-- DATA SUPPLIED follows --
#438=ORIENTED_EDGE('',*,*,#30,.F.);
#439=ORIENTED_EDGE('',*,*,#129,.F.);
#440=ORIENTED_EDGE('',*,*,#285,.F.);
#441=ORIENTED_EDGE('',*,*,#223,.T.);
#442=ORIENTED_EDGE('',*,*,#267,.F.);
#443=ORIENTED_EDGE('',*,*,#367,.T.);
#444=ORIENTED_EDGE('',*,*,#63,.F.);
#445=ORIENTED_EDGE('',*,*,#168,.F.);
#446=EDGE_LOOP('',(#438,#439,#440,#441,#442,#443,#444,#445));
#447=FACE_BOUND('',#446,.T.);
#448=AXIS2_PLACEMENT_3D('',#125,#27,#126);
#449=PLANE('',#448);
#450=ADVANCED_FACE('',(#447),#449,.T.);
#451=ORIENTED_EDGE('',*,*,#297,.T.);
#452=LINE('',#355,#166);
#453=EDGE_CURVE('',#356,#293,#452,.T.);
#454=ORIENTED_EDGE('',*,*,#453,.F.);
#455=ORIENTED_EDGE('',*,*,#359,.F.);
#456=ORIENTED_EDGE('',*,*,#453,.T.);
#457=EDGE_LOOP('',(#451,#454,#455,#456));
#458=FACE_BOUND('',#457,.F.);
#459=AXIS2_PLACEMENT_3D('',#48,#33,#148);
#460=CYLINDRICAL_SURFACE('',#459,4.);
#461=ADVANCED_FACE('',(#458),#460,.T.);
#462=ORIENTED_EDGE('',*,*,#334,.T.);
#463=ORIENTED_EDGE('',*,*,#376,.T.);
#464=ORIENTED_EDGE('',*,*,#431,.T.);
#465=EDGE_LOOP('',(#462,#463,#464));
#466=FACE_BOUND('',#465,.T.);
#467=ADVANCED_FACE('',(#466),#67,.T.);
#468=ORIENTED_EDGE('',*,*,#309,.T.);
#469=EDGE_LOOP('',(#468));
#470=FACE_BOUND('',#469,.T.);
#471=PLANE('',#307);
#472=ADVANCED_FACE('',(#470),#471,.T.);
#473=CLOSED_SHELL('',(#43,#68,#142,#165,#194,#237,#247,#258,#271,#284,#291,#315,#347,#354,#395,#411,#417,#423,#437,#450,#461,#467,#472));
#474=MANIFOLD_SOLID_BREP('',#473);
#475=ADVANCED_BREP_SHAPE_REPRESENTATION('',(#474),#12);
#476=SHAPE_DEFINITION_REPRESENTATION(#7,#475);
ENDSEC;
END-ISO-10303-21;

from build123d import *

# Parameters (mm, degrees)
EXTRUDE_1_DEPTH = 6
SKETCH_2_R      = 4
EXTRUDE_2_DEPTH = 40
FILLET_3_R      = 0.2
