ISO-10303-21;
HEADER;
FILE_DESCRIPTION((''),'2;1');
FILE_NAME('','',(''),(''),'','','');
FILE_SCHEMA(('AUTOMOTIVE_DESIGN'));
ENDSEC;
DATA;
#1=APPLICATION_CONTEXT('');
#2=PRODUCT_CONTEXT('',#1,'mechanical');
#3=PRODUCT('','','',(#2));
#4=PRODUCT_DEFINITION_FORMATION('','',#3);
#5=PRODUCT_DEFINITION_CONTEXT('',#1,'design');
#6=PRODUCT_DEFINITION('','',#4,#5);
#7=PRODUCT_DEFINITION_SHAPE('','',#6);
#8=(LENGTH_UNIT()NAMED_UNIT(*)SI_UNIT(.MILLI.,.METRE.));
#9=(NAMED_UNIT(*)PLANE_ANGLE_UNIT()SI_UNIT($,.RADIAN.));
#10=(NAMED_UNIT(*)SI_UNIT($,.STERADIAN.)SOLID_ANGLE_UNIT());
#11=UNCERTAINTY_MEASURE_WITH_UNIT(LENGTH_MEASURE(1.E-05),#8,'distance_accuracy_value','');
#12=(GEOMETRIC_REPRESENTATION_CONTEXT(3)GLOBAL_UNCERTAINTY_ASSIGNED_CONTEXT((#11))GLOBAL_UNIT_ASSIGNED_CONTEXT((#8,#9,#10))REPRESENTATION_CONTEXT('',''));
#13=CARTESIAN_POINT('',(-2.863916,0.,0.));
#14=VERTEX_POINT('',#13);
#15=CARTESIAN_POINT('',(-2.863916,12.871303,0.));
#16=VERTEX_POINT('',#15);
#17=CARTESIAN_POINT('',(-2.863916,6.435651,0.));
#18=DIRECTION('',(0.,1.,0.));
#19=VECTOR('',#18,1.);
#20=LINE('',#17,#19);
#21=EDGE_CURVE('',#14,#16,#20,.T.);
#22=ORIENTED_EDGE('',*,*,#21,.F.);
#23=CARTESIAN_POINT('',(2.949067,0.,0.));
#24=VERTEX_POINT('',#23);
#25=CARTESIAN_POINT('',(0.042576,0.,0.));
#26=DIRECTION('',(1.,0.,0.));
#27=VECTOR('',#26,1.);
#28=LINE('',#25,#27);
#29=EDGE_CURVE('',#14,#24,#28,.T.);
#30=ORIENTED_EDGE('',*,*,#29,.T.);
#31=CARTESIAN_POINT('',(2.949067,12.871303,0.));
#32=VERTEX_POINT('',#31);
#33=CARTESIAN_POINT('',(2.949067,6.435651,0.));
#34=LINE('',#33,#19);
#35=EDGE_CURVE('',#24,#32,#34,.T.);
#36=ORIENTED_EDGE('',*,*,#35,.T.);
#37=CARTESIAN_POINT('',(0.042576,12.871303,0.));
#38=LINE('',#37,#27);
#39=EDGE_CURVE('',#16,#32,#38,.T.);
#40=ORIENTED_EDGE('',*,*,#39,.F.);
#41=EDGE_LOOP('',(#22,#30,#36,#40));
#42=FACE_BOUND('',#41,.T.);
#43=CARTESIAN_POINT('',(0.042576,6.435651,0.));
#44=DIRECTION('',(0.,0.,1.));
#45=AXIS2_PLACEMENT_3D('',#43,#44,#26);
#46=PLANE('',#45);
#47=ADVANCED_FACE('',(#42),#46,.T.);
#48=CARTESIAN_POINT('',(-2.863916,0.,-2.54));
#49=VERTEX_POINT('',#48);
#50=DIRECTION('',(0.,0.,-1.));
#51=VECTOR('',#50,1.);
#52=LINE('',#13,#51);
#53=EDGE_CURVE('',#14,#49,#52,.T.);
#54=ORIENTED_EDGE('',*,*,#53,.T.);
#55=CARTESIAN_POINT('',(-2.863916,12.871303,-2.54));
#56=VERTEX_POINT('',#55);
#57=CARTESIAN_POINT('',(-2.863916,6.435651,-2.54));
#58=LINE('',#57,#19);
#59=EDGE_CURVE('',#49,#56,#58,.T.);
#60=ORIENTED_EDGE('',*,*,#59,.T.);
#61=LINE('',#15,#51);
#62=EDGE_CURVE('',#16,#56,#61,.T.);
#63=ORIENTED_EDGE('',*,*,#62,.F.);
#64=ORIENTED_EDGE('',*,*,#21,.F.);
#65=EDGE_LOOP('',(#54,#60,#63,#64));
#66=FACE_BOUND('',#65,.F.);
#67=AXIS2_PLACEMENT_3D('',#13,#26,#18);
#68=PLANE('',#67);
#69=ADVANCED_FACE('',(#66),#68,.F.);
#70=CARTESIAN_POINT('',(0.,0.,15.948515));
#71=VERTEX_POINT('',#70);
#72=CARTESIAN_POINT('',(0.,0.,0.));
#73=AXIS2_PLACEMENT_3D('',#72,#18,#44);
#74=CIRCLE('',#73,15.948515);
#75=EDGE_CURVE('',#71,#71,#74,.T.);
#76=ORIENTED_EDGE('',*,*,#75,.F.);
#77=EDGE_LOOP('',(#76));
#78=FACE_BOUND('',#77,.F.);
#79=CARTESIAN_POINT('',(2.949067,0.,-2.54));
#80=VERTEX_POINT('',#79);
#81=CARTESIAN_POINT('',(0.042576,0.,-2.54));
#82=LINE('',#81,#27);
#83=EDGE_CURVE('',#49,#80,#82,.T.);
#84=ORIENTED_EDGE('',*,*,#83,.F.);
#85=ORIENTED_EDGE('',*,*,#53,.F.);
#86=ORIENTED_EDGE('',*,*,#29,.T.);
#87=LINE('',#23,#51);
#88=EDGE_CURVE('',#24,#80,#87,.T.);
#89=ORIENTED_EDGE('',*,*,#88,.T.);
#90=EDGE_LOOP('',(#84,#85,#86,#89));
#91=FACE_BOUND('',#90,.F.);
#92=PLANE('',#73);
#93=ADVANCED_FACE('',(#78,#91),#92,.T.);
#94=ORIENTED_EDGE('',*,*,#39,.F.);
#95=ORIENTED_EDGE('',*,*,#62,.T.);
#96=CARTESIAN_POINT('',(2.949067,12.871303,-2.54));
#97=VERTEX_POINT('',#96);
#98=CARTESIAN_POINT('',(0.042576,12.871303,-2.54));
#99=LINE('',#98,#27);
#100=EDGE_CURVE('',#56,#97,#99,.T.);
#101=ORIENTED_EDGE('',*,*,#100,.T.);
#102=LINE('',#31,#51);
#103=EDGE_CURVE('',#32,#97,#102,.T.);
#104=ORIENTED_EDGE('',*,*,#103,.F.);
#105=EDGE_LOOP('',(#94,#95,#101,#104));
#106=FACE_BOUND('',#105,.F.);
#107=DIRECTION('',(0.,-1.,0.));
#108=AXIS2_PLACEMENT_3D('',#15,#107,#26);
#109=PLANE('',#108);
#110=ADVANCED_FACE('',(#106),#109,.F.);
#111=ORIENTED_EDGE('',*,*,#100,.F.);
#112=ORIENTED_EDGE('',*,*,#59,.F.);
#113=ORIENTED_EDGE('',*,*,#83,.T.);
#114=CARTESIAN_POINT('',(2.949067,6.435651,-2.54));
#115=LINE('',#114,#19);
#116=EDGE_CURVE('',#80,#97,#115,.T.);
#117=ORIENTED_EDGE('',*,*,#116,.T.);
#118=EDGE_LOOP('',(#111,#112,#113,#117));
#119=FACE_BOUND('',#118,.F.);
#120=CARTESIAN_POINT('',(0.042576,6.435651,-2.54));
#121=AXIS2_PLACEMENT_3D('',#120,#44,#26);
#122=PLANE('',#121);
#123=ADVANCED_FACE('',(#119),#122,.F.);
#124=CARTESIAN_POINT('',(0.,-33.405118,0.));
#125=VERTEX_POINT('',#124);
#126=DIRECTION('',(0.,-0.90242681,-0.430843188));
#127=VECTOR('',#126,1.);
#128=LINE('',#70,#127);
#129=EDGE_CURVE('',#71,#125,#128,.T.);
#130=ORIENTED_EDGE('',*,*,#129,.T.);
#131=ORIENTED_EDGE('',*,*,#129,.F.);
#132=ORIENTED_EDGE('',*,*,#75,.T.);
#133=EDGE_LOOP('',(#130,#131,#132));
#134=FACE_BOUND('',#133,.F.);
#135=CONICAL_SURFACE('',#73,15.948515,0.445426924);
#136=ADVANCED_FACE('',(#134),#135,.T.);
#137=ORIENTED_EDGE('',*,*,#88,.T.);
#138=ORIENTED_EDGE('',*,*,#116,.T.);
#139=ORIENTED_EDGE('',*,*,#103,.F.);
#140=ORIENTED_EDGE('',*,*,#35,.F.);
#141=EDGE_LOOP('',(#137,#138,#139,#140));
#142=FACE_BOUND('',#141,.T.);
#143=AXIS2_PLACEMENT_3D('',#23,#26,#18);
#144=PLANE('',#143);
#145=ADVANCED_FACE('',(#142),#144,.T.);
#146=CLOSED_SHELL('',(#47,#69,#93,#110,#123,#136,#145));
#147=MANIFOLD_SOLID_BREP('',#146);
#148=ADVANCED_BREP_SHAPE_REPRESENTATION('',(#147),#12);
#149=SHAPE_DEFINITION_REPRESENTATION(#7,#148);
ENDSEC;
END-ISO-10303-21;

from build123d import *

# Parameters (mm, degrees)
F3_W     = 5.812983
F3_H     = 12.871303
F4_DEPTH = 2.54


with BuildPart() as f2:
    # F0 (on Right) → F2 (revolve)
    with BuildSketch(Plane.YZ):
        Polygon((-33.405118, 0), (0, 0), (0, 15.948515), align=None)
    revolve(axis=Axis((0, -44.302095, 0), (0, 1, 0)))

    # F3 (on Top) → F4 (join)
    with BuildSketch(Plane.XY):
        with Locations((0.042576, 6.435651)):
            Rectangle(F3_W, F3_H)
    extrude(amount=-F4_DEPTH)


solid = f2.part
-- DATA SUPPLIED concluded --
PROBLEM DETAILS: In the entries above, find the line holding "#97=VERTEX_POINT('',#96);" and the line holding "#103=EDGE_CURVE('',#32,#97,#102,.T.);", then retype exactly those two lines and every line between them, and nothing else.

RESPONSE FOR THIS EXERCISE:
#97=VERTEX_POINT('',#96);
#98=CARTESIAN_POINT('',(0.042576,12.871303,-2.54));
#99=LINE('',#98,#27);
#100=EDGE_CURVE('',#56,#97,#99,.T.);
#101=ORIENTED_EDGE('',*,*,#100,.T.);
#102=LINE('',#31,#51);
#103=EDGE_CURVE('',#32,#97,#102,.T.);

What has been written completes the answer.